Reinforcement learning for Bridge - NN model fails to learn legal actions

Question

Summary

I have built a neural network model for reinforcement learning that is supposed to learn to play the card game of Bridge. So it must predict Q-values of player's actions but also distinguish what actions are allowed.

Earlier, when I used a simple model - with only 56 binary input features the model was able to learn rules of the game. But when I tried to train a model with input layer consisting of 189 input parameters then it failed completely. It converged to predict constant output values, regardless of the input.

I have tried multiple models, training parameters and different sets of input data. I also checked my code multiple times to make sure I do not supply crappy input to the model. But since all seems to be correct and nothing works then I must be doing something fundamentally wrong. Can anybody tell me what it is?

The game

For those who know Bridge - I only focus on the trick-taking part of the game. I assume that the bidding phase is over before AI agents step in. So their decisions are only about which card from the player's hand should be played.

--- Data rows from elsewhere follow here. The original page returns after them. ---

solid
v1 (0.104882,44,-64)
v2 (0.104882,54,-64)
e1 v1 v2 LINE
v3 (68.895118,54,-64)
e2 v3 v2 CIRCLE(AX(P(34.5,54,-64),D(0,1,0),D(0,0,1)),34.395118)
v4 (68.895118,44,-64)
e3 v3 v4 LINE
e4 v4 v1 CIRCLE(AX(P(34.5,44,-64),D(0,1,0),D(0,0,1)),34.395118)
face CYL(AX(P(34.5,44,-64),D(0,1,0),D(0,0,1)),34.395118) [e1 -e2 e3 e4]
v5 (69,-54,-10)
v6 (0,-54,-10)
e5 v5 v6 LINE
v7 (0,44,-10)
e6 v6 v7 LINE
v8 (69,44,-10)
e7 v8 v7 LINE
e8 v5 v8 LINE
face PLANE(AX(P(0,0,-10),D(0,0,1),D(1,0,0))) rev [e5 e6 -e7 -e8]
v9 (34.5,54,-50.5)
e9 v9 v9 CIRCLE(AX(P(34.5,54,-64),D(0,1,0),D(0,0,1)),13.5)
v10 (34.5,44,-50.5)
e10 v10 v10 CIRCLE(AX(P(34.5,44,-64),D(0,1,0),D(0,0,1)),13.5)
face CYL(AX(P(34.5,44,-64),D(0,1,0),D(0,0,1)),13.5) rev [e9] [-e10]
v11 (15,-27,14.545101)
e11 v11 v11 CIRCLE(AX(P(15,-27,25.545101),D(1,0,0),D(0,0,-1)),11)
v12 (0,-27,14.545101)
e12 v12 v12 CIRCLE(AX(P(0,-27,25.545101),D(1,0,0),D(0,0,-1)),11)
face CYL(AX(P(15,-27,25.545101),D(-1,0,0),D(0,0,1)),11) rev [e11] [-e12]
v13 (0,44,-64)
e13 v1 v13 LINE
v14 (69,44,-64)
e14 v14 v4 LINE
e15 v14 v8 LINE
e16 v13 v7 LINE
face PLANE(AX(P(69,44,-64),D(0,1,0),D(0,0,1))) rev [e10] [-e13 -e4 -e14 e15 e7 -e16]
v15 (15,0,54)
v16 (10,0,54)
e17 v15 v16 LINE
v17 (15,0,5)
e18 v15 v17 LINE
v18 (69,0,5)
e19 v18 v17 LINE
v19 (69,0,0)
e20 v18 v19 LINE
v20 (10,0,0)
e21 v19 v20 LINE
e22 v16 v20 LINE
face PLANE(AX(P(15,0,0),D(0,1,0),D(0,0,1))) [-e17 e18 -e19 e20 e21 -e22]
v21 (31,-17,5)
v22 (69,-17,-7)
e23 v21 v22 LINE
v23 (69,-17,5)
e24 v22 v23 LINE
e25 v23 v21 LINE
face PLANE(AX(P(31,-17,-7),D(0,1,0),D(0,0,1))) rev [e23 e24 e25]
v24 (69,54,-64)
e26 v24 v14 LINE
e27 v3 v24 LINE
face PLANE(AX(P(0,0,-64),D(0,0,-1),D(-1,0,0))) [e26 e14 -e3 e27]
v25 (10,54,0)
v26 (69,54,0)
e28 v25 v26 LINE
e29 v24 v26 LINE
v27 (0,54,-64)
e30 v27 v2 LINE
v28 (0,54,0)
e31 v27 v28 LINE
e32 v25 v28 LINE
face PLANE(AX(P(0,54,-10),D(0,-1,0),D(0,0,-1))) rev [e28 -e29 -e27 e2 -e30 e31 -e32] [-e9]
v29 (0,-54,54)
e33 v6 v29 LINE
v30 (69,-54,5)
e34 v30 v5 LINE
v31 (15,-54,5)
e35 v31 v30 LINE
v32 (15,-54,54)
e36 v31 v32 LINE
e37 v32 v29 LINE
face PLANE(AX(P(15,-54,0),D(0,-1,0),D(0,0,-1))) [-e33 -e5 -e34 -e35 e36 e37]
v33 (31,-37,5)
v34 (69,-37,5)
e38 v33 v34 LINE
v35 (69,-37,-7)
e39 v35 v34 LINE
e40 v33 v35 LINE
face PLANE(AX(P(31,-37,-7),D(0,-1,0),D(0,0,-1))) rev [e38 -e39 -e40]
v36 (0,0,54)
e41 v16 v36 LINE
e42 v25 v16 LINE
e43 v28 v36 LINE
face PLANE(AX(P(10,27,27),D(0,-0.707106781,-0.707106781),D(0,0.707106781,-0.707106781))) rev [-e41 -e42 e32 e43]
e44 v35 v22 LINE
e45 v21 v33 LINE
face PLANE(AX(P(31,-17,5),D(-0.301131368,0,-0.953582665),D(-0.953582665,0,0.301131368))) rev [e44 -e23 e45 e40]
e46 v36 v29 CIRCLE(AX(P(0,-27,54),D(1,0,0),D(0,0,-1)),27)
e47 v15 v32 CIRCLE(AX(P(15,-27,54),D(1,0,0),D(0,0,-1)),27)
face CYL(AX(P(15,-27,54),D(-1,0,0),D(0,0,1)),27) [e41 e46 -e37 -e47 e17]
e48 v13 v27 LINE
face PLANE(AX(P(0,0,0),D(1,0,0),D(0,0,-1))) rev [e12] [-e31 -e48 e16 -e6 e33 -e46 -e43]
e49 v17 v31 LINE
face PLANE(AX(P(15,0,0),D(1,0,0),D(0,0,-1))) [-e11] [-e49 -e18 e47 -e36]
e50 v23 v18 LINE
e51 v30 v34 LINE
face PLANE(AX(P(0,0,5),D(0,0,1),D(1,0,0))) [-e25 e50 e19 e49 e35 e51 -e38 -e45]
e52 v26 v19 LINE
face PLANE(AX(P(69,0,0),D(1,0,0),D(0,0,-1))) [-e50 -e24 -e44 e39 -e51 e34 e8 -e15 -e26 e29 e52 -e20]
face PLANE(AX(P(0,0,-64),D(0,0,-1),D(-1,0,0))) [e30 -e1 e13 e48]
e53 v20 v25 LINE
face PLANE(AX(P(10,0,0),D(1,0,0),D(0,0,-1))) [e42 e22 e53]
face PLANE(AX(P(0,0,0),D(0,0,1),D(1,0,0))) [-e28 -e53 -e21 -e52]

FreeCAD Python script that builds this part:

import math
import FreeCAD as App
import Part
import Sketcher

doc = App.newDocument("Part")
body = doc.addObject("PartDesign::Body", "Body")

# Sketch on YZ plane
sketch1 = body.newObject("Sketcher::SketchObject", "Sketch")
sketch1.AttachmentSupport = (doc.getObject("YZ_Plane"), [""])
sketch1.MapMode = "FlatFace"
sketch1.addGeometry(Part.LineSegment(App.Vector(54, 0, 0), App.Vector(0, 54, 0)), False)
sketch1.addGeometry(Part.LineSegment(App.Vector(0, 54, 0), App.Vector(0, 0, 0)), False)
sketch1.addGeometry(Part.LineSegment(App.Vector(0, 0, 0), App.Vector(54, 0, 0)), False)
sketch1.addConstraint(Sketcher.Constraint("Coincident", 0, 2, 1, 1))
sketch1.addConstraint(Sketcher.Constraint("Coincident", 1, 2, 2, 1))
sketch1.addConstraint(Sketcher.Constraint("Coincident", 2, 2, 0, 1))
sketch1.addConstraint(Sketcher.Constraint("Vertical", 1))
sketch1.addConstraint(Sketcher.Constraint("Horizontal", 2))
sketch1.addConstraint(Sketcher.Constraint("Coincident", 1, 2, -1, 1))
sketch1.addConstraint(Sketcher.Constraint("Equal", 2, 1))
sketch1.addConstraint(Sketcher.Constraint("DistanceX", 2, 1, 2, 2, 54.0))
pad1 = body.newObject("PartDesign::Pad", "Pad")
pad1.Profile = sketch1
pad1.Length = 10

# Sketch on YZ plane
sketch2 = body.newObject("Sketcher::SketchObject", "Sketch001")
sketch2.AttachmentSupport = (doc.getObject("YZ_Plane"), [""])
sketch2.MapMode = "FlatFace"
sketch2.addGeometry(Part.LineSegment(App.Vector(-54, 54, 0), App.Vector(-54, 0, 0)), False)
sketch2.addGeometry(Part.LineSegment(App.Vector(-54, 0, 0), App.Vector(0, 0, 0)), False)
sketch2.addGeometry(Part.LineSegment(App.Vector(0, 0, 0), App.Vector(0, 54, 0)), False)
sketch2.addGeometry(Part.ArcOfCircle(Part.Circle(App.Vector(-27, 54, 0), App.Vector(0, 0, 1), 27), math.radians(0), math.radians(180)), False)
sketch2.addGeometry(Part.Circle(App.Vector(-27, 26, 0), App.Vector(0, 0, 1), 11), False)
sketch2.addConstraint(Sketcher.Constraint("Coincident", 0, 2, 1, 1))
sketch2.addConstraint(Sketcher.Constraint("Coincident", 1, 2, 2, 1))
sketch2.addConstraint(Sketcher.Constraint("Tangent", 2, 2, 3, 1))
sketch2.addConstraint(Sketcher.Constraint("Tangent", 3, 2, 0, 1))
sketch2.addConstraint(Sketcher.Constraint("Vertical", 0))
sketch2.addConstraint(Sketcher.Constraint("Horizontal", 1))
sketch2.addConstraint(Sketcher.Constraint("Vertical", 2))
sketch2.addConstraint(Sketcher.Constraint("Coincident", 1, 2, -1, 1))
sketch2.addConstraint(Sketcher.Constraint("Vertical", 3, 3, 4, 3))
sketch2.addConstraint(Sketcher.Constraint("Equal", 1, 0))
sketch2.addConstraint(Sketcher.Constraint("Diameter", 4, 22.0))
sketch2.addConstraint(Sketcher.Constraint("Radius", 3, 27.0))
sketch2.addConstraint(Sketcher.Constraint("DistanceY", -1, 1, 4, 3, 25.545101))
pad2 = body.newObject("PartDesign::Pad", "Pad001")
pad2.Profile = sketch2
pad2.Length = 15

# Sketch on XY plane
sketch3 = body.newObject("Sketcher::SketchObject", "Sketch002")
sketch3.AttachmentSupport = (doc.getObject("XY_Plane"), [""])
sketch3.MapMode = "FlatFace"
sketch3.addGeometry(Part.LineSegment(App.Vector(15, 54, 0), App.Vector(15, -54, 0)), False)
sketch3.addGeometry(Part.LineSegment(App.Vector(15, -54, 0), App.Vector(0, -54, 0)), False)
sketch3.addGeometry(Part.LineSegment(App.Vector(0, -54, 0), App.Vector(0, 54, 0)), False)
sketch3.addGeometry(Part.LineSegment(App.Vector(0, 54, 0), App.Vector(15, 54, 0)), False)
sketch3.addConstraint(Sketcher.Constraint("Coincident", 0, 2, 1, 1))
sketch3.addConstraint(Sketcher.Constraint("Coincident", 1, 2, 2, 1))
sketch3.addConstraint(Sketcher.Constraint("Coincident", 2, 2, 3, 1))
sketch3.addConstraint(Sketcher.Constraint("Coincident", 3, 2, 0, 1))
sketch3.addConstraint(Sketcher.Constraint("Vertical", 0))
sketch3.addConstraint(Sketcher.Constraint("Horizontal", 1))
sketch3.addConstraint(Sketcher.Constraint("Vertical", 2))
sketch3.addConstraint(Sketcher.Constraint("Horizontal", 3))
sketch3.addConstraint(Sketcher.Constraint("Symmetric", 1, 2, 2, 2, -1, 1))
sketch3.addConstraint(Sketcher.Constraint("DistanceX", 1, 2, 1, 1, 15.0))
sketch3.addConstraint(Sketcher.Constraint("DistanceY", 0, 2, 0, 1, 108.0))
pad3 = body.newObject("PartDesign::Pad", "Pad002")
pad3.Profile = sketch3
pad3.Length = 10
pad3.Reversed = True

If you do not know Bridge, it is always played by four players - two teams of two. Each player has 13 cards and in each round everybody plays one card - the person who won last trick starts and three other players follow clockwise. The player who has the highest card wins the trick. You must follow the suit (if possible) of the first card played in current round.

So in essence the rules are simple but strategies may be complex considering that every player has 12 decisions to make in each game (for 13 rounds of play minus last one when you toss the last card from your hand). After all 13 tricks are played game result is decided based on how many tricks were won by each team.

The model

So I have 4 NN agents that I am trying to train - one for each player. First, agents must learn game rules and then, at the later stage they should learn winning strategies. The output of each Agent’s model is a Q-value for each card from the deck of 52 cards. So I am training a regression model trying to predict Q-values of 52 actions.

So for the first stage I generated training data that only represents playing rules - output has negative Q-values for illegal cards and positive for those that are allowed. It really becomes a classification problem at this stage but I need this to be a regression model to predict Q-values later.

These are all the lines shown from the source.